Title:Predicting Citrullination Sites in Protein Sequences Using mRMR Method and Random Forest Algorithm
Volume: 20
Issue: 2
Author(s): Qing Zhang, Xijun Sun, Kaiyan Feng, ShaoPeng Wang, Yu-Hang Zhang, SiBao Wang, Lin Lu and Yu-Dong Cai*
Affiliation:
- School of Life Sciences, Shanghai University, Shanghai 200444,China
Keywords:
Post-translational modification, citrullination site, maximum relevance minimum redundancy, random forest.
Abstract: Background: As one of essential post-translational modifications (PTMs), the citrullination
or deimination on an arginine residue would change the molecular weight and electrostatic
charge of its side-chain. And it has been found that the citrullination in protein sequences was
catalyzed by a type of Ca2+-dependent enzyme family called peptidylarginine deiminase (PAD),
which include five isotypes: PAD1, 2, 3, 4/5, and 6. Citrullinated proteins participate in many
biological processes, e.g. the citrullination of myelin basic protein (MBP) assists the early
development of central nervous system. However, abnormal modifications on citrullinated proteins
would also lead to some severe human diseases including multiple sclerosis and rheumatoid arthritis.

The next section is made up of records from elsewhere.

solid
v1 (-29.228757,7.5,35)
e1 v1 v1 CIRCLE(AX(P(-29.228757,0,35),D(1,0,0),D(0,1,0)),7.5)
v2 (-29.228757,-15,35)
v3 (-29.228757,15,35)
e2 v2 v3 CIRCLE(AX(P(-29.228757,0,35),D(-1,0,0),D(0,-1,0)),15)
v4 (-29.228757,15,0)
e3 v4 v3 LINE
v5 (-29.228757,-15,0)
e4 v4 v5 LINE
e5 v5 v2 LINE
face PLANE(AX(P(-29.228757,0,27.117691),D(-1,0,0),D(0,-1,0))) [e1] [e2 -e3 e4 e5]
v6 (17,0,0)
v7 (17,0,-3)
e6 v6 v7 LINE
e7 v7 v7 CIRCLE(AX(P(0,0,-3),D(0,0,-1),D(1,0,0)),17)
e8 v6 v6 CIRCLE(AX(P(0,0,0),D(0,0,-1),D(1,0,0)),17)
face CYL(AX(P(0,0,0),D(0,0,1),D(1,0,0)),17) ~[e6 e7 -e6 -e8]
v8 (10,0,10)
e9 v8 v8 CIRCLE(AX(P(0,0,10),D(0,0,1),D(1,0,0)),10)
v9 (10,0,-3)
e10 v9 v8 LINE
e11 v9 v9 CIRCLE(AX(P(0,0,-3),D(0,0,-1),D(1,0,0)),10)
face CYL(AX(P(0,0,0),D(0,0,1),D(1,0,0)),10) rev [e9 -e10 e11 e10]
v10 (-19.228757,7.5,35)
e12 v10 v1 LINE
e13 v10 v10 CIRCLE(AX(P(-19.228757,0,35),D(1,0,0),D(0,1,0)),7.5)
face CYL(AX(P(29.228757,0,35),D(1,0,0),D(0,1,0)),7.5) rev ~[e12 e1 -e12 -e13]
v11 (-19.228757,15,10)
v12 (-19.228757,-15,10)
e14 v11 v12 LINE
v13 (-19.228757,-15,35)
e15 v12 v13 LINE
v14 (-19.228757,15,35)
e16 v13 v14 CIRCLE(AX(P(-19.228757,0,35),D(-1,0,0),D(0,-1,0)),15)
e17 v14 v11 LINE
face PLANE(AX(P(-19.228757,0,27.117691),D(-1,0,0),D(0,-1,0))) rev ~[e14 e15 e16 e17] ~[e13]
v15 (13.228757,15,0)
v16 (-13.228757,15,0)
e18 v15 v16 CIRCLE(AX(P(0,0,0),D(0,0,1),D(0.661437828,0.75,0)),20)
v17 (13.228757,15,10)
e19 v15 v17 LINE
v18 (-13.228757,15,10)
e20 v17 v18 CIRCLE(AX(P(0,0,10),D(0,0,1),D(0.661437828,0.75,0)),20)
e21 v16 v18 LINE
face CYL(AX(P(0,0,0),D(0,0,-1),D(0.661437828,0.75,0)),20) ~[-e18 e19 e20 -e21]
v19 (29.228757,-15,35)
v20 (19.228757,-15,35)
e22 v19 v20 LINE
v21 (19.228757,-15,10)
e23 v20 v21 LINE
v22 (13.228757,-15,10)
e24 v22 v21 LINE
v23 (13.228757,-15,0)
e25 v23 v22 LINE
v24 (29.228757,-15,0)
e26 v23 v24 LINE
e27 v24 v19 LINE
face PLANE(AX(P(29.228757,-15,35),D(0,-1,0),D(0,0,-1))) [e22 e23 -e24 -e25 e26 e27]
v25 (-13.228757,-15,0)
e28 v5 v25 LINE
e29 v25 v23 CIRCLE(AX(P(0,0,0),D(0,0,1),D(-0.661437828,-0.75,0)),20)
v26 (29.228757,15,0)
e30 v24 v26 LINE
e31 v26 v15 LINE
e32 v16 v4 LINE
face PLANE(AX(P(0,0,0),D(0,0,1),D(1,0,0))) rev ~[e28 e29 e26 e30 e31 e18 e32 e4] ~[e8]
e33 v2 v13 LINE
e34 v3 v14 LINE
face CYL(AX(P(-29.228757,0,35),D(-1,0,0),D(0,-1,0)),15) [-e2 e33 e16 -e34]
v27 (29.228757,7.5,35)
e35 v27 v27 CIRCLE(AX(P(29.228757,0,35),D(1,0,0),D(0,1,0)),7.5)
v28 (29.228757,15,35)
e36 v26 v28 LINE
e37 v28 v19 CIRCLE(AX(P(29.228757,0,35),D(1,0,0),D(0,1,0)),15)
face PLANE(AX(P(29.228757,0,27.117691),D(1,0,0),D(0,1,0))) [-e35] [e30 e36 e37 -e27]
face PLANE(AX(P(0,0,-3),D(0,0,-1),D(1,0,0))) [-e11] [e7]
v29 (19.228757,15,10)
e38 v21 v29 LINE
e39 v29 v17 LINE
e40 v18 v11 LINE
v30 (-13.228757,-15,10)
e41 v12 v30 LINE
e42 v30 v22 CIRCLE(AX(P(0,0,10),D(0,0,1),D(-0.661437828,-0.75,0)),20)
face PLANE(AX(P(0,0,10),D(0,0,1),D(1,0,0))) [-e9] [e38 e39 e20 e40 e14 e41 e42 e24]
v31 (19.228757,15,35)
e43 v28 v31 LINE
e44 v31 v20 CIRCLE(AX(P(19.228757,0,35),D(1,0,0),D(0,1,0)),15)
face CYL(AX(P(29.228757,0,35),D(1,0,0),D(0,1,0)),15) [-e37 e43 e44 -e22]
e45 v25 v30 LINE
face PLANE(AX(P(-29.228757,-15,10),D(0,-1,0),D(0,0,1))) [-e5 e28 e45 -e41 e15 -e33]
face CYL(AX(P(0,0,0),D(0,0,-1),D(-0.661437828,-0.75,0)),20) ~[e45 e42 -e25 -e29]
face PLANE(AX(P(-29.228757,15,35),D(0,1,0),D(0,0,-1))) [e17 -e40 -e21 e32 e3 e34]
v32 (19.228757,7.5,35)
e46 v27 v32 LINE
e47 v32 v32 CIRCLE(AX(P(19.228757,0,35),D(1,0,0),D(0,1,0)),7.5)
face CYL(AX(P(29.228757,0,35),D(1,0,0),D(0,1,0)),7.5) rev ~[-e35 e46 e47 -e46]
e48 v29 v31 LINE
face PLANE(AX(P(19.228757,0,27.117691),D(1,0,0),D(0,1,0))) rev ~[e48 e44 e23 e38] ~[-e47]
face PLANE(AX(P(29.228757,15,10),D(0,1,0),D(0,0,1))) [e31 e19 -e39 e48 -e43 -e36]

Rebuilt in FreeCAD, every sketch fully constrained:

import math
import FreeCAD as App
import Part
import Sketcher
from FreeCAD import Vector
Q = App.Units.Quantity

doc = App.newDocument("Part")
body = doc.addObject("PartDesign::Body", "Body")

# Sketch on XY plane
sketch1 = doc.addObject("Sketcher::SketchObject", "Sketch")
body.addObject(sketch1)
sketch1.AttachmentSupport = (doc.XY_Plane, [""])
sketch1.MapMode = "FlatFace"
sketch1.addGeometry(Part.LineSegment(Vector(-29.228757, 15, 0), Vector(-29.228757, -15, 0)), False)
sketch1.addGeometry(Part.LineSegment(Vector(-29.228757, -15, 0), Vector(-13.228757, -15, 0)), False)
sketch1.addGeometry(Part.ArcOfCircle(Part.Circle(Vector(0, 0, 0), Vector(0, 0, 1), 20), math.radians(-131.409622), math.radians(-48.590378)), False)
sketch1.addGeometry(Part.LineSegment(Vector(13.228757, -15, 0), Vector(29.228757, -15, 0)), False)
sketch1.addGeometry(Part.LineSegment(Vector(29.228757, -15, 0), Vector(29.228757, 15, 0)), False)
sketch1.addGeometry(Part.LineSegment(Vector(29.228757, 15, 0), Vector(13.228757, 15, 0)), False)
sketch1.addGeometry(Part.ArcOfCircle(Part.Circle(Vector(0, 0, 0), Vector(0, 0, 1), 20), math.radians(48.590378), math.radians(131.409622)), False)
sketch1.addGeometry(Part.LineSegment(Vector(-13.228757, 15, 0), Vector(-29.228757, 15, 0)), False)
sketch1.addConstraint(Sketcher.Constraint("Coincident", 0, 2, 1, 1))
sketch1.addConstraint(Sketcher.Constraint("Coincident", 1, 2, 2, 1))
sketch1.addConstraint(Sketcher.Constraint("Coincident", 2, 2, 3, 1))
sketch1.addConstraint(Sketcher.Constraint("Coincident", 3, 2, 4, 1))
sketch1.addConstraint(Sketcher.Constraint("Coincident", 4, 2, 5, 1))
sketch1.addConstraint(Sketcher.Constraint("Coincident", 5, 2, 6, 1))
sketch1.addConstraint(Sketcher.Constraint("Coincident", 6, 2, 7, 1))
sketch1.addConstraint(Sketcher.Constraint("Coincident", 7, 2, 0, 1))
sketch1.addConstraint(Sketcher.Constraint("Vertical", 0))
sketch1.addConstraint(Sketcher.Constraint("Horizontal", 1))
sketch1.addConstraint(Sketcher.Constraint("Horizontal", 3))
sketch1.addConstraint(Sketcher.Constraint("Vertical", 4))
sketch1.addConstraint(Sketcher.Constraint("Horizontal", 5))
sketch1.addConstraint(Sketcher.Constraint("Horizontal", 7))
sketch1.addConstraint(Sketcher.Constraint("Coincident", 2, 3, -1, 1))
sketch1.addConstraint(Sketcher.Constraint("Coincident", 6, 3, -1, 1))
sketch1.addConstraint(Sketcher.Constraint("Equal", 2, 6))
sketch1.addConstraint(Sketcher.Constraint("Symmetric", 0, 2, 4, 2, -1, 1))
sketch1.addConstraint(Sketcher.Constraint("Horizontal", 1, 2, 2, 2))
sketch1.addConstraint(Sketcher.Constraint("Horizontal", 5, 2, 6, 2))
sketch1.addConstraint(Sketcher.Constraint("Radius", 2, Q("20 mm")))
sketch1.addConstraint(Sketcher.Constraint("DistanceX", 1, 1, 1, 2, Q("16 mm")))
sketch1.addConstraint(Sketcher.Constraint("DistanceY", 0, 2, 0, 1, Q("30 mm")))
pad1 = doc.addObject("PartDesign::Pad", "Pad")
body.addObject(pad1)
pad1.Profile = sketch1
pad1.Length = 10

# Sketch on YZ plane
sketch2 = doc.addObject("Sketcher::SketchObject", "Sketch001")
body.addObject(sketch2)
sketch2.AttachmentSupport = (doc.YZ_Plane, [""])
sketch2.MapMode = "FlatFace"
sketch2.AttachmentOffset = App.Placement(Vector(0, 0, 29.228757), App.Rotation())
sketch2.addGeometry(Part.LineSegment(Vector(-15, 35, 0), Vector(-15, 10, 0)), False)
sketch2.addGeometry(Part.LineSegment(Vector(-15, 10, 0), Vector(15, 10, 0)), False)
sketch2.addGeometry(Part.LineSegment(Vector(15, 10, 0), Vector(15, 35, 0)), False)
sketch2.addGeometry(Part.ArcOfCircle(Part.Circle(Vector(0, 35, 0), Vector(0, 0, 1), 15), math.radians(0), math.radians(180)), False)
sketch2.addConstraint(Sketcher.Constraint("Coincident", 0, 2, 1, 1))
sketch2.addConstraint(Sketcher.Constraint("Coincident", 1, 2, 2, 1))
sketch2.addConstraint(Sketcher.Constraint("Tangent", 2, 2, 3, 1))
sketch2.addConstraint(Sketcher.Constraint("Tangent", 3, 2, 0, 1))
sketch2.addConstraint(Sketcher.Constraint("Vertical", 0))
sketch2.addConstraint(Sketcher.Constraint("Horizontal", 1))
sketch2.addConstraint(Sketcher.Constraint("Vertical", 2))
sketch2.addConstraint(Sketcher.Constraint("PointOnObject", 3, 3, -2))
sketch2.addConstraint(Sketcher.Constraint("Radius", 3, Q("15 mm")))
sketch2.addConstraint(Sketcher.Constraint("DistanceY", 0, 2, 0, 1, Q("25 mm")))
sketch2.addConstraint(Sketcher.Constraint("DistanceY", -1, 1, 3, 3, Q("35 mm")))
pad2 = doc.addObject("PartDesign::Pad", "Pad001")
body.addObject(pad2)
pad2.Profile = sketch2
pad2.Length = 10
pad2.Reversed = True

# Sketch on YZ plane
sketch3 = doc.addObject("Sketcher::SketchObject", "Sketch002")
body.addObject(sketch3)
sketch3.AttachmentSupport = (doc.YZ_Plane, [""])
sketch3.MapMode = "FlatFace"
sketch3.AttachmentOffset = App.Placement(Vector(0, 0, -29.228757), App.Rotation())
sketch3.addGeometry(Part.LineSegment(Vector(15, 35, 0), Vector(15, 10, 0)), False)
sketch3.addGeometry(Part.LineSegment(Vector(15, 10, 0), Vector(-15, 10, 0)), False)
sketch3.addGeometry(Part.LineSegment(Vector(-15, 10, 0), Vector(-15, 35, 0)), False)
sketch3.addGeometry(Part.ArcOfCircle(Part.Circle(Vector(0, 35, 0), Vector(0, 0, 1), 15), math.radians(0), math.radians(180)), False)
sketch3.addConstraint(Sketcher.Constraint("Coincident", 0, 2, 1, 1))
sketch3.addConstraint(Sketcher.Constraint("Coincident", 1, 2, 2, 1))
sketch3.addConstraint(Sketcher.Constraint("Tangent", 2, 2, 3, 2))
sketch3.addConstraint(Sketcher.Constraint("Tangent", 3, 1, 0, 1))
sketch3.addConstraint(Sketcher.Constraint("Vertical", 0))
sketch3.addConstraint(Sketcher.Constraint("Horizontal", 1))
sketch3.addConstraint(Sketcher.Constraint("Vertical", 2))
sketch3.addConstraint(Sketcher.Constraint("PointOnObject", 3, 3, -2))
sketch3.addConstraint(Sketcher.Constraint("Radius", 3, Q("15 mm")))
sketch3.addConstraint(Sketcher.Constraint("DistanceY", 0, 2, 0, 1, Q("25 mm")))
sketch3.addConstraint(Sketcher.Constraint("DistanceY", -1, 1, 3, 3, Q("35 mm")))
pad3 = doc.addObject("PartDesign::Pad", "Pad002")
body.addObject(pad3)
pad3.Profile = sketch3
pad3.Length = 10

# Sketch on XY plane
sketch4 = doc.addObject("Sketcher::SketchObject", "Sketch003")
body.addObject(sketch4)
sketch4.AttachmentSupport = (doc.XY_Plane, [""])
sketch4.MapMode = "FlatFace"
sketch4.AttachmentOffset = App.Placement(Vector(0, 0, 10), App.Rotation())
sketch4.addGeometry(Part.Circle(Vector(0, 0, 0), Vector(0, 0, 1), 10), False)
sketch4.addConstraint(Sketcher.Constraint("Coincident", 0, 3, -1, 1))
sketch4.addConstraint(Sketcher.Constraint("Diameter", 0, Q("20 mm")))
pocket1 = doc.addObject("PartDesign::Pocket", "Pocket")
body.addObject(pocket1)
pocket1.Profile = sketch4
pocket1.Type = "ThroughAll"

# Sketch on XY plane
sketch5 = doc.addObject("Sketcher::SketchObject", "Sketch004")
body.addObject(sketch5)
sketch5.AttachmentSupport = (doc.XY_Plane, [""])
sketch5.MapMode = "FlatFace"
sketch5.addGeometry(Part.Circle(Vector(0, 0, 0), Vector(0, 0, 1), 17), False)
sketch5.addGeometry(Part.Circle(Vector(0, 0, 0), Vector(0, 0, 1), 10), False)
sketch5.addConstraint(Sketcher.Constraint("Coincident", 0, 3, -1, 1))
sketch5.addConstraint(Sketcher.Constraint("Coincident", 1, 3, -1, 1))
sketch5.addConstraint(Sketcher.Constraint("Diameter", 0, Q("34 mm")))
sketch5.addConstraint(Sketcher.Constraint("Diameter", 1, Q("20 mm")))
pad4 = doc.addObject("PartDesign::Pad", "Pad003")
body.addObject(pad4)
pad4.Profile = sketch5
pad4.Length = 3
pad4.Reversed = True

# Sketch on YZ plane
sketch6 = doc.addObject("Sketcher::SketchObject", "Sketch005")
body.addObject(sketch6)
sketch6.AttachmentSupport = (doc.YZ_Plane, [""])
sketch6.MapMode = "FlatFace"
sketch6.AttachmentOffset = App.Placement(Vector(0, 0, 29.228757), App.Rotation())
sketch6.addGeometry(Part.Circle(Vector(0, 35, 0), Vector(0, 0, 1), 7.5), False)
sketch6.addConstraint(Sketcher.Constraint("PointOnObject", 0, 3, -2))
sketch6.addConstraint(Sketcher.Constraint("Diameter", 0, Q("15 mm")))
sketch6.addConstraint(Sketcher.Constraint("DistanceY", -1, 1, 0, 3, Q("35 mm")))
pocket2 = doc.addObject("PartDesign::Pocket", "Pocket001")
body.addObject(pocket2)
pocket2.Profile = sketch6
pocket2.Type = "ThroughAll"

doc.recompute()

Objective: Therefore, it is necessary and important to identify the citrullination sites in protein
sequences. The information about the location of citrulliantion sites in protein sequences will be
useful to investigate the molecular functions and disease mechanisms related to citrullinated
proteins.
Materials and Methods: In this study, we investigated the peptide segments that contain the
citrullination sites in the centers, which were encoded into numeric digits from four aspects. Thus,
we yielded a training set with 116 positive samples and 232 negative samples. Then, a reliable
feature selection technique, called maximum-relevance-minimum-redundancy (mRMR), was applied
to analyze these features, and four algorithms, including random forest (RF), Dagging, nearest
neighbor algorithm (NNA), and support vector machine (SVM), together with the incremental
feature selection (IFS) method were adopted to extract important features.
Results: Finally an optimal classifier derived from RF algorithm was constructed to predict
citrullination sites. 44 most prominent features were comprehensively analyzed and their biological
characteristics in citrullination catalysis were also revealed.
Conclusion: We believed that the biological features obtained in this pioneering work would
provide some useful insights into the formation and function of citrullination and the optimal
classifier could be a useful tool to identify citrullination sites in protein sequences.